There were two of them in the valley!
Jason’s feet seemed to float over Jack Helder’s lounge carpet. Robotlike, he walked to the desk and reserved a room for three days, his mind in turmoil.
The one Lester had seen was not the one he had fought in the river. Every eyewitness had noticed a misshapen head except Lester. The footprint cast in Drake’s office was of the hourglass type, not Moon’s beast. And one had stayed here ever since the lodge was erected and had killed a plumber.

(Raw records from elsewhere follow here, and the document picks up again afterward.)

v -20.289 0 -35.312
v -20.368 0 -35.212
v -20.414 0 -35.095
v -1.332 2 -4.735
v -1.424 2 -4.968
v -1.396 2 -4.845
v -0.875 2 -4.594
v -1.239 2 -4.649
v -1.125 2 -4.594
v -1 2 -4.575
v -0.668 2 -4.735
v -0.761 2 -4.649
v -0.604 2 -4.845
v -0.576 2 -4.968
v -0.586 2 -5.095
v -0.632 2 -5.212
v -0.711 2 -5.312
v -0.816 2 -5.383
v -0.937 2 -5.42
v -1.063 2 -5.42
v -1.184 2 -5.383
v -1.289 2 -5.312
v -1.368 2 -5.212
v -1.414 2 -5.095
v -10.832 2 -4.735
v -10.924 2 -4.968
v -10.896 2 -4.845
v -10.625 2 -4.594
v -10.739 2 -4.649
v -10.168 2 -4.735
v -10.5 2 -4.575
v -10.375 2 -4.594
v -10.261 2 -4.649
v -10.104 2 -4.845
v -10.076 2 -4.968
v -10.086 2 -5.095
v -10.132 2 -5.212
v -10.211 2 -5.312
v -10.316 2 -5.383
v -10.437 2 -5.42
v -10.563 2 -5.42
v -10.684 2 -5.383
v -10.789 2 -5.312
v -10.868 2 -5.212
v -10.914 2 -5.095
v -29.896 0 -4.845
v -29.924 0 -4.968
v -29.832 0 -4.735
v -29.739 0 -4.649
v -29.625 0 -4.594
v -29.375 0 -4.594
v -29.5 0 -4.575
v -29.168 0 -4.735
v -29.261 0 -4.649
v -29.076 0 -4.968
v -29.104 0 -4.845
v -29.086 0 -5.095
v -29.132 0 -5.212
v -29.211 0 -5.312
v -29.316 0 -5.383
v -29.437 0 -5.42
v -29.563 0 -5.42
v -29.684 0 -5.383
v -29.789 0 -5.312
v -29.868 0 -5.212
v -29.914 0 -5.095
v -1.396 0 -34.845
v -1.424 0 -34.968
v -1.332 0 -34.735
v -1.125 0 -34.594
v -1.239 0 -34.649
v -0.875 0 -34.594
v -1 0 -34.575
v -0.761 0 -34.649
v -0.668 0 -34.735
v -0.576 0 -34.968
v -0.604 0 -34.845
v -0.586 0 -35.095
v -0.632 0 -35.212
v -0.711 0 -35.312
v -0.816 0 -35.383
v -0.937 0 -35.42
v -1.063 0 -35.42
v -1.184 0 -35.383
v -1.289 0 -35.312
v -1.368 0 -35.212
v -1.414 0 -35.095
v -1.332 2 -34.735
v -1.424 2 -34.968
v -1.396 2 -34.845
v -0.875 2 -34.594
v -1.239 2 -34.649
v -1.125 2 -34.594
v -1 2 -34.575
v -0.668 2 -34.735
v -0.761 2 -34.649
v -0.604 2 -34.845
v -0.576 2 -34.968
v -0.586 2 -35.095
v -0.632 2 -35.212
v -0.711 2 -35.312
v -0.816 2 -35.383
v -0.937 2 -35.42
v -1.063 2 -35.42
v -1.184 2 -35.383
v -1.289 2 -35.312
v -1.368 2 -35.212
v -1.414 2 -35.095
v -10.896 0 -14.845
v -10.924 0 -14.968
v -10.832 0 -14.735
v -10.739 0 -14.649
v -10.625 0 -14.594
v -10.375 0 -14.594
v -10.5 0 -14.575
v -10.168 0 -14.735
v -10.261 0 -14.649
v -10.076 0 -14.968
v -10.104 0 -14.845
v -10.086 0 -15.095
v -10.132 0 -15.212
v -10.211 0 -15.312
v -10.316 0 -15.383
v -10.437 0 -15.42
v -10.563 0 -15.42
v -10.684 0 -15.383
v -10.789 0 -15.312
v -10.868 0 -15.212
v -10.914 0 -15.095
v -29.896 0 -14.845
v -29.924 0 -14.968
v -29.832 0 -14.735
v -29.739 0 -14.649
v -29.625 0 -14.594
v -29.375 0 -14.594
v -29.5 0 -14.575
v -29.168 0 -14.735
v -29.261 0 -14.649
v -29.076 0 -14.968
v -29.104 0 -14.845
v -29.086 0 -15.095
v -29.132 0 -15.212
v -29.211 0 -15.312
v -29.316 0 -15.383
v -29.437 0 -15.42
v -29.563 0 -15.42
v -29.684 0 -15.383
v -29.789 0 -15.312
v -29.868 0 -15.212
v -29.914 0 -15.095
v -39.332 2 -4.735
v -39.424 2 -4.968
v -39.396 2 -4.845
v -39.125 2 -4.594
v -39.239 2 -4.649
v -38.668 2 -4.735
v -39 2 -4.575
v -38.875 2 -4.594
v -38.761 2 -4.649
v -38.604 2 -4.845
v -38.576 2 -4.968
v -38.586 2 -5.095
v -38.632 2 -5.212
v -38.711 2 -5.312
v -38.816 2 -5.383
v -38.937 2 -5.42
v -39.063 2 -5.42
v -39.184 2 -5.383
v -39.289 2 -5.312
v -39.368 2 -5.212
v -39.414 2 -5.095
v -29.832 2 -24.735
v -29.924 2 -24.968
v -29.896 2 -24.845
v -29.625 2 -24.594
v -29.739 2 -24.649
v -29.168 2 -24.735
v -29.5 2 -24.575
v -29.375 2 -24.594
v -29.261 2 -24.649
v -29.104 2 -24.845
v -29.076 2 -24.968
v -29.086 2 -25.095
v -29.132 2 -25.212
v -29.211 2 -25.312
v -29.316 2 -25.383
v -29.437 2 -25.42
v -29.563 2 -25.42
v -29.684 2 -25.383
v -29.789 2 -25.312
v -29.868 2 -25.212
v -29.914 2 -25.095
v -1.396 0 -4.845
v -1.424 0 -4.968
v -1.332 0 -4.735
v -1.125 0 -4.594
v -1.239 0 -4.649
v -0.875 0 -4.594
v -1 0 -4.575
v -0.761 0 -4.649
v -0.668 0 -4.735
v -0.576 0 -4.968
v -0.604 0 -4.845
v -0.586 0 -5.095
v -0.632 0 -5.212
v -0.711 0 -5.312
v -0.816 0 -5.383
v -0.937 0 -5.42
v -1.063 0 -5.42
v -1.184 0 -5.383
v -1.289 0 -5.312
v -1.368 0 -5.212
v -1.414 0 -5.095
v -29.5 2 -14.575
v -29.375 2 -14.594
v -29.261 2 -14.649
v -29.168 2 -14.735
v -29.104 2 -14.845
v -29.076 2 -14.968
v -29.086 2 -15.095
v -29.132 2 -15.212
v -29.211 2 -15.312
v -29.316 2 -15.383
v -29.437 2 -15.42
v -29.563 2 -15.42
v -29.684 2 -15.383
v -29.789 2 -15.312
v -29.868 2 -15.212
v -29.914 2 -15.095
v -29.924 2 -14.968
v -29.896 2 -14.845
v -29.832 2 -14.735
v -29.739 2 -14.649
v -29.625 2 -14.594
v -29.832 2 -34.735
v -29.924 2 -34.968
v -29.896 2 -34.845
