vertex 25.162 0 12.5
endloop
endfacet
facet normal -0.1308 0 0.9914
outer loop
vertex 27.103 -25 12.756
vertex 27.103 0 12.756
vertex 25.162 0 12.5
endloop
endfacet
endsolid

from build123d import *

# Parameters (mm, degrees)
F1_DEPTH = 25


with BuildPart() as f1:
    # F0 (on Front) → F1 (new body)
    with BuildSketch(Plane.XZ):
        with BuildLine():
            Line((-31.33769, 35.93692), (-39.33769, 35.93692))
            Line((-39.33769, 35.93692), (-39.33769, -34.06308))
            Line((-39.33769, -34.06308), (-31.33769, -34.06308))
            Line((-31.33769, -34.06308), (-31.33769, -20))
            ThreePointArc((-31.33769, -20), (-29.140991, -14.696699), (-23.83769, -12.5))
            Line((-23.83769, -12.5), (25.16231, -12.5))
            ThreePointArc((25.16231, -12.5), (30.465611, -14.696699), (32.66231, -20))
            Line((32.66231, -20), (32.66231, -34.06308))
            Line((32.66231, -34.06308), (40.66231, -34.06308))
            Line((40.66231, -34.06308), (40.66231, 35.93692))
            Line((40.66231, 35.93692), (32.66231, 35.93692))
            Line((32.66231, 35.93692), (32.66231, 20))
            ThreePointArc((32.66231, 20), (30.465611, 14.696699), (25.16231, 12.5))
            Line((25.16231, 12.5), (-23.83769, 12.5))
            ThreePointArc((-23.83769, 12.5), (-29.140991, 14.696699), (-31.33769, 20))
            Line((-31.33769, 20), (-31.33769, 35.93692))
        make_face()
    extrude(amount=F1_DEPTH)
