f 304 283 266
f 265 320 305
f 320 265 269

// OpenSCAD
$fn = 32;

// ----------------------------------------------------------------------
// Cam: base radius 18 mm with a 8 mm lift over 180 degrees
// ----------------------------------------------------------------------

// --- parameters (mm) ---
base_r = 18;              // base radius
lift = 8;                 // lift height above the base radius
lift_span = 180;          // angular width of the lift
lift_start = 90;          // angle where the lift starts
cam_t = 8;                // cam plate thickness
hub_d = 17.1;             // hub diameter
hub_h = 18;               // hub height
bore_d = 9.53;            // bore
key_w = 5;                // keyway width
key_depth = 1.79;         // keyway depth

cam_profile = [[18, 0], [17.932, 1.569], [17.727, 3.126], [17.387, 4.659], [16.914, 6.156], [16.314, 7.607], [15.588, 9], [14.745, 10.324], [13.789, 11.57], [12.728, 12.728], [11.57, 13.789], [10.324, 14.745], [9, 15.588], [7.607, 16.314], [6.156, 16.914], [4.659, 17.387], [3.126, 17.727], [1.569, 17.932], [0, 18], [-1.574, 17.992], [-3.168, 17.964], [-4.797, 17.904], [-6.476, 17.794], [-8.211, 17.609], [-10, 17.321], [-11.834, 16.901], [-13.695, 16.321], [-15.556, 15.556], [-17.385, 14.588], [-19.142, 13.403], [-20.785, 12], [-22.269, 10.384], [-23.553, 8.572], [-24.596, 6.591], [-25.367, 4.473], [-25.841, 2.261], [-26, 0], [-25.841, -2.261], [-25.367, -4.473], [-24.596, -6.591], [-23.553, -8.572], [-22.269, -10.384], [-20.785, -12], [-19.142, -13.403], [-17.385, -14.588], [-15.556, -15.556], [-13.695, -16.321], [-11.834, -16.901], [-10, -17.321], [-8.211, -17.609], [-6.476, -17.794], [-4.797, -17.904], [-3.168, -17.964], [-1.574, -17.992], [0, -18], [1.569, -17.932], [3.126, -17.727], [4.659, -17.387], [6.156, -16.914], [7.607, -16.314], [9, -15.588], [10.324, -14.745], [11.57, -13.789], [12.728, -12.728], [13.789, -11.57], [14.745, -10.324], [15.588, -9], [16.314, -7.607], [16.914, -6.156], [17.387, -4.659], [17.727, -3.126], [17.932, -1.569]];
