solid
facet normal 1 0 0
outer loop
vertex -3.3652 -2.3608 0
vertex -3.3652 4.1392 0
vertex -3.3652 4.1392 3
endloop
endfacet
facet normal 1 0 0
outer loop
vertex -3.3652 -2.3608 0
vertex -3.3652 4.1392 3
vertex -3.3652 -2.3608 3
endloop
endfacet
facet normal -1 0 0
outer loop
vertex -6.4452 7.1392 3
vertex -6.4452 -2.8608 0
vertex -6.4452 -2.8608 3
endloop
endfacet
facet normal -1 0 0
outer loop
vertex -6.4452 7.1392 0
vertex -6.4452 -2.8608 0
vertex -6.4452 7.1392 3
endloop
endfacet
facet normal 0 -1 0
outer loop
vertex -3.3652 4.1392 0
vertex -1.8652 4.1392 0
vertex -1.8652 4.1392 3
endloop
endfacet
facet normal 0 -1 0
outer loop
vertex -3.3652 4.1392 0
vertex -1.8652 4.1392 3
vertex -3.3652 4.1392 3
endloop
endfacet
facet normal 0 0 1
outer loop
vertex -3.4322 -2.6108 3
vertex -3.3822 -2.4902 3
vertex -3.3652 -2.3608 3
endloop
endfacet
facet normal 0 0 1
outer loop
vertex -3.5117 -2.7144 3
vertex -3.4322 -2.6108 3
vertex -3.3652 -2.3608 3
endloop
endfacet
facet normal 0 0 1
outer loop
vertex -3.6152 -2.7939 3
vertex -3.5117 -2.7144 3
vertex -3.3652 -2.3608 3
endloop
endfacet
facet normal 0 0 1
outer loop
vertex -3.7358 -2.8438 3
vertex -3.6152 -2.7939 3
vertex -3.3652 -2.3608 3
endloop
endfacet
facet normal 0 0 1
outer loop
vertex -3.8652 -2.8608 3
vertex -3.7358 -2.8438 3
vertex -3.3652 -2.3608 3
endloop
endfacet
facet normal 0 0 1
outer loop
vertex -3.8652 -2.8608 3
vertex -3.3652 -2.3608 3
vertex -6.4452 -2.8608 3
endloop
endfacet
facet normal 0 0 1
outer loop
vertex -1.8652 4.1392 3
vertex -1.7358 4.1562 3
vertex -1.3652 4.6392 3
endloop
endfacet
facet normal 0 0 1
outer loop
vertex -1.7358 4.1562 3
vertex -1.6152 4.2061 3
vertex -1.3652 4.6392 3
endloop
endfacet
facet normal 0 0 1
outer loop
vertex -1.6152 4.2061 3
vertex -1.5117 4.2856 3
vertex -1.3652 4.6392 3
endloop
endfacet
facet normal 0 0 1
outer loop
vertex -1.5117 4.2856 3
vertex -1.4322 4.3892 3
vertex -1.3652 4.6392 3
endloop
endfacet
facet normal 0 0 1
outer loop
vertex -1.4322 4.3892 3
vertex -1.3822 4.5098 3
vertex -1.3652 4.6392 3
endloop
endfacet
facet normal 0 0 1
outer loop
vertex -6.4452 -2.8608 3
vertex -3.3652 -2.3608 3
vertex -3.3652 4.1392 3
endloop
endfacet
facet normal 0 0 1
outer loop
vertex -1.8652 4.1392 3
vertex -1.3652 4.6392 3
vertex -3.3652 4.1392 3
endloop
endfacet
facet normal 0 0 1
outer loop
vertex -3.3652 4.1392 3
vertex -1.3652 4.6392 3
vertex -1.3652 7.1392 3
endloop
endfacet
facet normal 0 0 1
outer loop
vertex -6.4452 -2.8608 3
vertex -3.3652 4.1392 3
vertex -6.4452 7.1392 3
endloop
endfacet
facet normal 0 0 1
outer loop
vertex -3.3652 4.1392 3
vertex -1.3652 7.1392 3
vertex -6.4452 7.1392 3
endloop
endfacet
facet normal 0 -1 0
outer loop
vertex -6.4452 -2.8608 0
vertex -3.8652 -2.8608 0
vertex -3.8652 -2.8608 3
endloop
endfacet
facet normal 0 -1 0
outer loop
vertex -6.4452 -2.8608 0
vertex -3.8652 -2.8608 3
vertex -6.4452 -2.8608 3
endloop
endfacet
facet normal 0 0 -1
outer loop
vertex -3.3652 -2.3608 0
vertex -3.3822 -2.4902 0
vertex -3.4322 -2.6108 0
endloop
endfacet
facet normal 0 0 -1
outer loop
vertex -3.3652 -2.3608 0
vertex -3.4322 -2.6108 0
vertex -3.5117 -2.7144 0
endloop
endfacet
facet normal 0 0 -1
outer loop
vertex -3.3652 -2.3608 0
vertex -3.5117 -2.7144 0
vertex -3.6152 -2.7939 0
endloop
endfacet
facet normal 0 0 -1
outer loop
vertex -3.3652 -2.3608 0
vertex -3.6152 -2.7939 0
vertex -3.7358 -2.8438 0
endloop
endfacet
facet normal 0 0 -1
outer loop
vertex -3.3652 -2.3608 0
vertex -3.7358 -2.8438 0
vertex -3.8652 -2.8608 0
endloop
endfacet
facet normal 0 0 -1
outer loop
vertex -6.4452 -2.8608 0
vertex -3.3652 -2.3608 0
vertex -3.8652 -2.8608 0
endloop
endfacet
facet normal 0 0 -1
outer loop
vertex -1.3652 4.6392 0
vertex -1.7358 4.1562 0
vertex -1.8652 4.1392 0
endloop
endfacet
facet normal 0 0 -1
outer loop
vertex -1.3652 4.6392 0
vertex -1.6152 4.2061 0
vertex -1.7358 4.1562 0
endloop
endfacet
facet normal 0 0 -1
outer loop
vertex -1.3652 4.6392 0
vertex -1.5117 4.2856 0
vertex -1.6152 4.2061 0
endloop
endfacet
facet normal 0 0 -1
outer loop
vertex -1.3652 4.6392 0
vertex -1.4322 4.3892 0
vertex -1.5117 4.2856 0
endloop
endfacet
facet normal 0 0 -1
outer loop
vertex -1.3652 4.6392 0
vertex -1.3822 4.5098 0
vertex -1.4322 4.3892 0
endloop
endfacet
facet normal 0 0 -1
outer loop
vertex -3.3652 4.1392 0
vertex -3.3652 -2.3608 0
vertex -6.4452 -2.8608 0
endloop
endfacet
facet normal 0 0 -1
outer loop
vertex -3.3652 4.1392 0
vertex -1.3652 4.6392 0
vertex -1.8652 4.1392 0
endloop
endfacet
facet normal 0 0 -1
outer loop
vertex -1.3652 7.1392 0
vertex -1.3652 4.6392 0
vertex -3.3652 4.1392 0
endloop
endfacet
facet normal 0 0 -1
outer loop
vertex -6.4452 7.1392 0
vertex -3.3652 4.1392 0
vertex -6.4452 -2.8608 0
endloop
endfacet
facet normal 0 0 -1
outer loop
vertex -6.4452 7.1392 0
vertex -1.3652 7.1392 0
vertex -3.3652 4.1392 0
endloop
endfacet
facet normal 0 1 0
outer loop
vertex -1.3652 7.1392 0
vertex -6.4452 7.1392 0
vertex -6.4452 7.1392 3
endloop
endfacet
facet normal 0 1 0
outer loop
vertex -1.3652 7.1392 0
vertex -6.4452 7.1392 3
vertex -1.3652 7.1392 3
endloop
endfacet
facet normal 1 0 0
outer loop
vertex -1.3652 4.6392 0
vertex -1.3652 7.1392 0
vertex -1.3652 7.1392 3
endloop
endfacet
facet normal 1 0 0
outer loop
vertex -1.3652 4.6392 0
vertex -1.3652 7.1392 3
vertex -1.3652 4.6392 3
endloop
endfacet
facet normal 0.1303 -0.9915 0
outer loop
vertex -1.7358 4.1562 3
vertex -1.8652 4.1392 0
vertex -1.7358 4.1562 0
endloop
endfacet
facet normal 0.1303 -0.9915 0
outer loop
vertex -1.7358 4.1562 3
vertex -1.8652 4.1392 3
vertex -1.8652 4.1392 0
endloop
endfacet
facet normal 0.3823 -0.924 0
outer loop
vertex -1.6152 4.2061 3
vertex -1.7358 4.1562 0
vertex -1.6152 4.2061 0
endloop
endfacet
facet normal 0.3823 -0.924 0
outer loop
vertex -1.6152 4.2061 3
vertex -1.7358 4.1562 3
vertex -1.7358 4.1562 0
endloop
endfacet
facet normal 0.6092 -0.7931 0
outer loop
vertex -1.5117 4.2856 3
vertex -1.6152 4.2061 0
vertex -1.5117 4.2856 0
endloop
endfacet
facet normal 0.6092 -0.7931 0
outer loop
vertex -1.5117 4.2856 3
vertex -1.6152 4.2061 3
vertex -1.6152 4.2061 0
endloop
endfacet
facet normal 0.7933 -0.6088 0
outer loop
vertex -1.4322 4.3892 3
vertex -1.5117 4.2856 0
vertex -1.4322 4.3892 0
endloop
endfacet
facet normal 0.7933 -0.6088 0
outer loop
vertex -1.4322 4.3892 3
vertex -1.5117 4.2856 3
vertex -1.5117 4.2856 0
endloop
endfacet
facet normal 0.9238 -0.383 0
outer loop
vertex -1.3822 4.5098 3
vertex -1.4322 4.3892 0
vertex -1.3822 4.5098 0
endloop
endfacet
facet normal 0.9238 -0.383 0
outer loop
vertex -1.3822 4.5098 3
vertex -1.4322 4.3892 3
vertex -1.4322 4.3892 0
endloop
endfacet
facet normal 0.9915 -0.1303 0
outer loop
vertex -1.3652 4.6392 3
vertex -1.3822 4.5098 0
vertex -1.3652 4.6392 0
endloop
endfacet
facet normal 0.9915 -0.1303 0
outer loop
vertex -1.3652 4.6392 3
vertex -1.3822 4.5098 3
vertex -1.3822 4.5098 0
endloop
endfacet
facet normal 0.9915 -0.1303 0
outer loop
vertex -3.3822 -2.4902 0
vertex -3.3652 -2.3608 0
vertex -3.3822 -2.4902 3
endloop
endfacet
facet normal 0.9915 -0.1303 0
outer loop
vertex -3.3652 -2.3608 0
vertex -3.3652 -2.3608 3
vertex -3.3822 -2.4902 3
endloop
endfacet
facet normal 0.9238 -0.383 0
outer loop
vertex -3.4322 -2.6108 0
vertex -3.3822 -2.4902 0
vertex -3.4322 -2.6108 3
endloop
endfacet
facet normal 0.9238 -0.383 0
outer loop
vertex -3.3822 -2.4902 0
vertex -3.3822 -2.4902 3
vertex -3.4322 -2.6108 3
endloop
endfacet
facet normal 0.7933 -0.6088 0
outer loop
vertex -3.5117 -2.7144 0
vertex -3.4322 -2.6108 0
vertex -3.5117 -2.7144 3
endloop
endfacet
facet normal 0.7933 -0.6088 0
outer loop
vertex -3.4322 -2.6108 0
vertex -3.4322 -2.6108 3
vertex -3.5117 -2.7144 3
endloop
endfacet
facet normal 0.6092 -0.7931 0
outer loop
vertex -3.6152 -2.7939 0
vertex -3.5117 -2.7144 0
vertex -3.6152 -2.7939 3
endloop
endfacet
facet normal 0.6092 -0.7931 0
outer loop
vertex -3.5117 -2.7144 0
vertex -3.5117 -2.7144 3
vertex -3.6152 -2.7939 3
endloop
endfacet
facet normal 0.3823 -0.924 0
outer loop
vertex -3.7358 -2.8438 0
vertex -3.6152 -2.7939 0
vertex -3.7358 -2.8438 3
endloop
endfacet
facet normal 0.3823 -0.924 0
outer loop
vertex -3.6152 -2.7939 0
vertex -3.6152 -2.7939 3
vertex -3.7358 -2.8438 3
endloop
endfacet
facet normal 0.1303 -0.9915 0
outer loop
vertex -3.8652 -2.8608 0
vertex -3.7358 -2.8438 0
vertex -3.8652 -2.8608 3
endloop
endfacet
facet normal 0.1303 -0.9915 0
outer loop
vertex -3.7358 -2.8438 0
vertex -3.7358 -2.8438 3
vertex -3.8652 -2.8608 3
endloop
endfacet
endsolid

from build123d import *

# Parameters (mm, degrees)
BOSS_EXTRUDE1_DEPTH = 3
FILLET1_R           = 0.5
FILLET3_R           = 0.5


with BuildPart() as part:
    # Sketch1 → Boss-Extrude1 (new body)
    with BuildSketch(Plane.XY):
        Polygon((-6.445210562, 7.139162572), (-1.365210562, 7.139162572), (-1.365210562, 4.139162572), (-3.365210562, 4.139162572), (-3.365210562, -2.860837428), (-6.445210562, -2.860837428), align=None)
    extrude(amount=BOSS_EXTRUDE1_DEPTH)

    # Fillet1
    fillet1_edges = [part.edges().sort_by_distance(p)[0] for p in [
        (-3.365210562, -2.860837428, 1.5),
    ]]
    fillet(fillet1_edges, radius=FILLET1_R)

    # Fillet3
    fillet3_edges = [part.edges().sort_by_distance(p)[0] for p in [
        (-1.365210562, 4.139162572, 1.5),
    ]]
    fillet(fillet3_edges, radius=FILLET3_R)


solid = part.part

Kimberly had warned him that it took more than one to keep up a population. He had said a cave or cave system would be the ideal home. Somewhere around Mount Colby there had to be a cave. He would go to the Ranger office tomorrow and get a chart.
Dangling the key in his hand, Jason was walking across the lounge when a terrain map showing in relief the features of Mount Colby and the valley caught his attention. A road crossed the north face of the mountain to a town called Oharaville. The town buildings were small black squares.
On the mountain’s base at the edge of town was a large black cross symbolizing an old mine.
A gold mine! In more ways than one.
The key fell from Jason’s fingers to the carpet.
8
Guests at Colby Lodge were discouraged from going to Oharaville. The mine area was thin earth pocked with sinkholes. People had fallen into the ground at Oharaville and vanished. Children had been trapped there with broken limbs. The Forest Service would run you out if they caught you there.
The road around the north face had been built when muscle and dynamite smoothed the earth and transportation was by horsedrawn buckboard. It followed a rusted railroad line used for transferring ore from the Limerick mine to the town of Garrison.